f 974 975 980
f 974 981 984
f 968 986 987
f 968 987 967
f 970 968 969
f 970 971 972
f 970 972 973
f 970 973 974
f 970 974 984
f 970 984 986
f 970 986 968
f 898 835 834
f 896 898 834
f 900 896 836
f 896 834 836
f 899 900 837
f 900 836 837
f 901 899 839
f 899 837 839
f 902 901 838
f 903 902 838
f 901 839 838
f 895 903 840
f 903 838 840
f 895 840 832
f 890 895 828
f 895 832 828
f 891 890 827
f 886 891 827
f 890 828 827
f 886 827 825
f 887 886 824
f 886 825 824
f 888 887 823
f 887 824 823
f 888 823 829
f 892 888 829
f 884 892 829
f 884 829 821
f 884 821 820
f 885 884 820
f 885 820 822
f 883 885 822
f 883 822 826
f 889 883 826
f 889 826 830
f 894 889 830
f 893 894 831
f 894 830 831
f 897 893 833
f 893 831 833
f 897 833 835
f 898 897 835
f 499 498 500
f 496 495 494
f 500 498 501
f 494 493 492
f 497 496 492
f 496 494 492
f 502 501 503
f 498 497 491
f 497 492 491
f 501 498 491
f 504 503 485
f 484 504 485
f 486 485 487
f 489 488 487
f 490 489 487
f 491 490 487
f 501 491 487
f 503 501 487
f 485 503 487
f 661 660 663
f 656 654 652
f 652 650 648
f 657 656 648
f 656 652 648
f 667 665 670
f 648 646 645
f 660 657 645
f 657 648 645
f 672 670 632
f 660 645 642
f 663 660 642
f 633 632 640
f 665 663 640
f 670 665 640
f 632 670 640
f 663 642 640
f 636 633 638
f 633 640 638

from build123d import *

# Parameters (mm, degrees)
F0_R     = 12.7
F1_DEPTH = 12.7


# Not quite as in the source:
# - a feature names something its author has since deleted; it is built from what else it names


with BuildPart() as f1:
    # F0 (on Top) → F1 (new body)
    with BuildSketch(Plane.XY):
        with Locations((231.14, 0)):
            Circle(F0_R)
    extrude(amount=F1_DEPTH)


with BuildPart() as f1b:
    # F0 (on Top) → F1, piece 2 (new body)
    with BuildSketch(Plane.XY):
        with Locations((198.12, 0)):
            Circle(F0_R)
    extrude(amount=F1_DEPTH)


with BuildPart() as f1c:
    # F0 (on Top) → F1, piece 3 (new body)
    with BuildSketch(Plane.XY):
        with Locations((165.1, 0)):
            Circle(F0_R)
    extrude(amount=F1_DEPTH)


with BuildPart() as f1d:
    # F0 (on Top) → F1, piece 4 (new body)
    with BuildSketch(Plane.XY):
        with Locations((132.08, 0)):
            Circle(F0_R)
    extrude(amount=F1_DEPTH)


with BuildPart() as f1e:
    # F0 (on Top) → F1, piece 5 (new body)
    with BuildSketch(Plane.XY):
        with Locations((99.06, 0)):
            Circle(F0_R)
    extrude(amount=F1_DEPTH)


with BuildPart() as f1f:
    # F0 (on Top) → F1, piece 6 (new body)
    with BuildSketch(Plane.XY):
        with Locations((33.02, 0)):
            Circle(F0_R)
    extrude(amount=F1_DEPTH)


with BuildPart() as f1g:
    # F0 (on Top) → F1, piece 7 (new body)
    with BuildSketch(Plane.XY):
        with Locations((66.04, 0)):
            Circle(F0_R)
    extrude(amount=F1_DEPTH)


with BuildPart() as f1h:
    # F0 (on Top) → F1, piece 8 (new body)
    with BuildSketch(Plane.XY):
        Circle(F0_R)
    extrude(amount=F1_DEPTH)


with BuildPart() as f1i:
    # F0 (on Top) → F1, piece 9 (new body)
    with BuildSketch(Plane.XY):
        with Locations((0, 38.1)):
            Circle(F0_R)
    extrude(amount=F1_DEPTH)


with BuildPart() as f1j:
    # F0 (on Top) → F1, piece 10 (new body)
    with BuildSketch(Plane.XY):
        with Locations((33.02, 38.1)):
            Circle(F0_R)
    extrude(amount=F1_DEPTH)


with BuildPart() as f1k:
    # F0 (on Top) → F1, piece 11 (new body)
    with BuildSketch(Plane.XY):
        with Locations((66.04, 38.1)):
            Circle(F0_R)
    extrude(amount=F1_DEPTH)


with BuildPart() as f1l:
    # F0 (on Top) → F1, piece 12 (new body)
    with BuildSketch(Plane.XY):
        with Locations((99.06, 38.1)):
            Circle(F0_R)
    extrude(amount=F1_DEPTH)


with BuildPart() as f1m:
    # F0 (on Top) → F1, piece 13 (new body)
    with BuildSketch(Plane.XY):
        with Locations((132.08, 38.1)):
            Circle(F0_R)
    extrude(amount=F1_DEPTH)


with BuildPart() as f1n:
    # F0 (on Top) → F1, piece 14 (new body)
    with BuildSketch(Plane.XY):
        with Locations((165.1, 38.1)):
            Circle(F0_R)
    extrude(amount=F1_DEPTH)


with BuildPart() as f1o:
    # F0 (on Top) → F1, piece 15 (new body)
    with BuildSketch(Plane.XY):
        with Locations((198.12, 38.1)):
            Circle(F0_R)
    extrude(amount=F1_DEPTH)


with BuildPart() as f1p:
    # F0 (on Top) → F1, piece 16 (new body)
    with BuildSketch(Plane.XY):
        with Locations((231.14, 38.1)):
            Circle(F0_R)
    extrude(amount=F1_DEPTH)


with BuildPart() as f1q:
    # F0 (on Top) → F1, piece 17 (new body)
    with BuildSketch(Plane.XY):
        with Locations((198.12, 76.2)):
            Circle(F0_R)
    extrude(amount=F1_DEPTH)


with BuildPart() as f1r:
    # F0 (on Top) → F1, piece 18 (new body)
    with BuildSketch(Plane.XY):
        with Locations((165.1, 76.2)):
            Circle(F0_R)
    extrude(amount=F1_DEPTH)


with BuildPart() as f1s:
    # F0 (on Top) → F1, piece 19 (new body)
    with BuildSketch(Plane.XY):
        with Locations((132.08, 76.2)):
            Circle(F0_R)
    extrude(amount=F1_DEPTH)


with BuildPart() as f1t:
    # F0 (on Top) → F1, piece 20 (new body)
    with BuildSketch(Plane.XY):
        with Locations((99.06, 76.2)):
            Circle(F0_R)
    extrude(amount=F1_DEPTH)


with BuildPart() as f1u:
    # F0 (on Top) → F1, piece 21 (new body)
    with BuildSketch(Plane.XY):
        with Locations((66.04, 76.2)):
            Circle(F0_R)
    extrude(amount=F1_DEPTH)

# # # # # # #

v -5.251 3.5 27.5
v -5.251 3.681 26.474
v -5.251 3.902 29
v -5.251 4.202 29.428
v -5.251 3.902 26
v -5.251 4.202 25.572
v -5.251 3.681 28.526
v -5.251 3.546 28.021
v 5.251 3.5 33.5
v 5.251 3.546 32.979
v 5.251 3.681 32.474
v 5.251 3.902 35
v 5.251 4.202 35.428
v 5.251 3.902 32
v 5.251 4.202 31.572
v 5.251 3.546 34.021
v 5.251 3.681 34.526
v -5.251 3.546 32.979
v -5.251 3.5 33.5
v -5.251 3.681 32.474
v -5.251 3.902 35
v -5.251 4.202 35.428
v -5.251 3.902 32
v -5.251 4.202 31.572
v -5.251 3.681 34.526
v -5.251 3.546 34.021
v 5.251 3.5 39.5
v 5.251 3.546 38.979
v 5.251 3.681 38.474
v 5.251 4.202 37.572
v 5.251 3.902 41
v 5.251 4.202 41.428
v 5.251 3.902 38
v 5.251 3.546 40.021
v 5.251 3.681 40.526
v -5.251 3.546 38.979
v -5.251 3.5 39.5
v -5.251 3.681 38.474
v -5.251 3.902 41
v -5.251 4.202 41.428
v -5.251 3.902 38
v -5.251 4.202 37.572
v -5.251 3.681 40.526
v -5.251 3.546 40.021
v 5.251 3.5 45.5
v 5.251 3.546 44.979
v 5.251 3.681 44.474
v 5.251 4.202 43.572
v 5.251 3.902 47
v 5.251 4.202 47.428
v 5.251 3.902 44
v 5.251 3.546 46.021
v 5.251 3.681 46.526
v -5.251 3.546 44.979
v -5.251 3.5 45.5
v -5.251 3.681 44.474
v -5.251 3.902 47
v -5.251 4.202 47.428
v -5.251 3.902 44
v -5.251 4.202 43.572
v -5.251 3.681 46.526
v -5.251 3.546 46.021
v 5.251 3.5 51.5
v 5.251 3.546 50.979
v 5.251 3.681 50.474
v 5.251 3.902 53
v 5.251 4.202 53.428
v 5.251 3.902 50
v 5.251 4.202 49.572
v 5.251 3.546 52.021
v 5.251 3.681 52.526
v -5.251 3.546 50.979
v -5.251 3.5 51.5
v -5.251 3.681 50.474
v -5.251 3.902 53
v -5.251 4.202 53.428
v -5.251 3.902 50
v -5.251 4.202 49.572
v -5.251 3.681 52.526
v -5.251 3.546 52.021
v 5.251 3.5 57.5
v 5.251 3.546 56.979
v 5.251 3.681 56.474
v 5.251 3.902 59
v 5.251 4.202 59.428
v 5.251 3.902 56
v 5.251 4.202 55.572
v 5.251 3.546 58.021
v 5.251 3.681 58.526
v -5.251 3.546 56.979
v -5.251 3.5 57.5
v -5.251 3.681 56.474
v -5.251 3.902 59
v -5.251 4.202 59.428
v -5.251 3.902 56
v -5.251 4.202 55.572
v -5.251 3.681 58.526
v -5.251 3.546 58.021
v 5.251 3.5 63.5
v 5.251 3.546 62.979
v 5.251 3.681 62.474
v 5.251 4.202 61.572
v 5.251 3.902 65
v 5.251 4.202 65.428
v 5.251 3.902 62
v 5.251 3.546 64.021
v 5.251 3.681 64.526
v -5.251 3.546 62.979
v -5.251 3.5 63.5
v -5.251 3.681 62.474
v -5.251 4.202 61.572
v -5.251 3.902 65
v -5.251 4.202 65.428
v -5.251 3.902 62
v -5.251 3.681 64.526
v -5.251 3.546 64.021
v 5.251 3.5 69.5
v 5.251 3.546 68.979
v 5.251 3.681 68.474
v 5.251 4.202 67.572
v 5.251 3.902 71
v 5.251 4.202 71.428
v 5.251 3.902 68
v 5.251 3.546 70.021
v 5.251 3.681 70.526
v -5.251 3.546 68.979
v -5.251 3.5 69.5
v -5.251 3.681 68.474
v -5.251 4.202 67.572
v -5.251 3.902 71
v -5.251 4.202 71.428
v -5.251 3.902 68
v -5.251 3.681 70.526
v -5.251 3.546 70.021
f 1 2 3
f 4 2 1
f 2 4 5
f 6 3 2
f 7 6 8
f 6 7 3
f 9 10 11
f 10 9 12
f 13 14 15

# # # # # # #

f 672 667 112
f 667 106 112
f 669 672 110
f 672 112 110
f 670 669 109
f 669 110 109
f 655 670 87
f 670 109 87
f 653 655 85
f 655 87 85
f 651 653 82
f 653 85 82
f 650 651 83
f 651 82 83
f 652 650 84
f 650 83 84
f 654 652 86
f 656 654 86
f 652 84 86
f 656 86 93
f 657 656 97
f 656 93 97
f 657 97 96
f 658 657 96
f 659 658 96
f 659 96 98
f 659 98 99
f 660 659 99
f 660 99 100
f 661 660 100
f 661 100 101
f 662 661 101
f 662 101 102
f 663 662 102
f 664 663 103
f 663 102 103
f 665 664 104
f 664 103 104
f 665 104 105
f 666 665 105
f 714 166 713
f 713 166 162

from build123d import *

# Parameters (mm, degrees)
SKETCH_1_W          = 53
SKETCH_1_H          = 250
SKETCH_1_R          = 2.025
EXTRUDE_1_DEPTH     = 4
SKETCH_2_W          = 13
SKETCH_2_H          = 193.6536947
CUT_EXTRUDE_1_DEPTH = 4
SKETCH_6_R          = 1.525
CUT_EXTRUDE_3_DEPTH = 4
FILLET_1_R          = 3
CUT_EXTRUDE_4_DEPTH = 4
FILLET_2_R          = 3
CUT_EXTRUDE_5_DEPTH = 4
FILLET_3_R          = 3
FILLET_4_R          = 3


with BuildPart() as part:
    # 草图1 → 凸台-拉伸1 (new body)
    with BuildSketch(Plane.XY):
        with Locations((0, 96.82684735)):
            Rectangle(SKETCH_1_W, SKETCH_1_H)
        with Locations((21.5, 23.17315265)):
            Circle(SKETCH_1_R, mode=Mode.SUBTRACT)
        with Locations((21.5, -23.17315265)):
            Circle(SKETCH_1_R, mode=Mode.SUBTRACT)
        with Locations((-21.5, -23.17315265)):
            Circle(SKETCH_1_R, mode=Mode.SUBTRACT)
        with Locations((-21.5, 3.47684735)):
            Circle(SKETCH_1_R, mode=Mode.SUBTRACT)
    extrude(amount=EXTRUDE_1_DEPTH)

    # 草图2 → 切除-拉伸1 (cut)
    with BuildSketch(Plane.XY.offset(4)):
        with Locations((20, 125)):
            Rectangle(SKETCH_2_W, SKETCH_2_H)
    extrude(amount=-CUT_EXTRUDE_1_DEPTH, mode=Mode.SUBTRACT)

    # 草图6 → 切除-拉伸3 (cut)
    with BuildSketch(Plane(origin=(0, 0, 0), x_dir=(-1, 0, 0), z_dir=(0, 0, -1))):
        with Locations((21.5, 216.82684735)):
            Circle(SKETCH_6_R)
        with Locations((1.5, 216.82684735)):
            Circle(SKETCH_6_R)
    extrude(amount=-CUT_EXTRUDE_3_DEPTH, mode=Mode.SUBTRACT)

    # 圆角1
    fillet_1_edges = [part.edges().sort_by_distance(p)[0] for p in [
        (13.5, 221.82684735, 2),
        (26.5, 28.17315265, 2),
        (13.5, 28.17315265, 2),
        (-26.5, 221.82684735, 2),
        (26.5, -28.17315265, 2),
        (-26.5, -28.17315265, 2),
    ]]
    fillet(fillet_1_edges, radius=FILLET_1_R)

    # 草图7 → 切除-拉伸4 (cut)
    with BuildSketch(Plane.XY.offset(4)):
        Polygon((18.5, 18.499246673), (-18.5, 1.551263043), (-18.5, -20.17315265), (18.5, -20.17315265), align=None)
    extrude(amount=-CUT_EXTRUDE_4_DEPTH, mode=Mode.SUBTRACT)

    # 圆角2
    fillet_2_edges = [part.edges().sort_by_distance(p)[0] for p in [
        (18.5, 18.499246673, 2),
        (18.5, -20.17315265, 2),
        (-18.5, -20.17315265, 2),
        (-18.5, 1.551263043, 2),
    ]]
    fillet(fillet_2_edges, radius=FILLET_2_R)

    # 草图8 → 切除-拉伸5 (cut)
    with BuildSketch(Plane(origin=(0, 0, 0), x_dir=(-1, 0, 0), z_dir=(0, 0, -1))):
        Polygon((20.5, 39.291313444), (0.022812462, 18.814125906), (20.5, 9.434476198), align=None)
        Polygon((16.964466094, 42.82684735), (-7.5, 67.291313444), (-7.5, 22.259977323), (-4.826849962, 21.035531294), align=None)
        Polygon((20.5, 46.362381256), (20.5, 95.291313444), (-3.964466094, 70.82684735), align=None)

# # # # # # #

## WORK ORDER:
Show each line of the material above where "radius" occurs.

## RESPONSE FOR THIS EXERCISE:
    fillet(fillet_1_edges, radius=FILLET_1_R)
    fillet(fillet_2_edges, radius=FILLET_2_R)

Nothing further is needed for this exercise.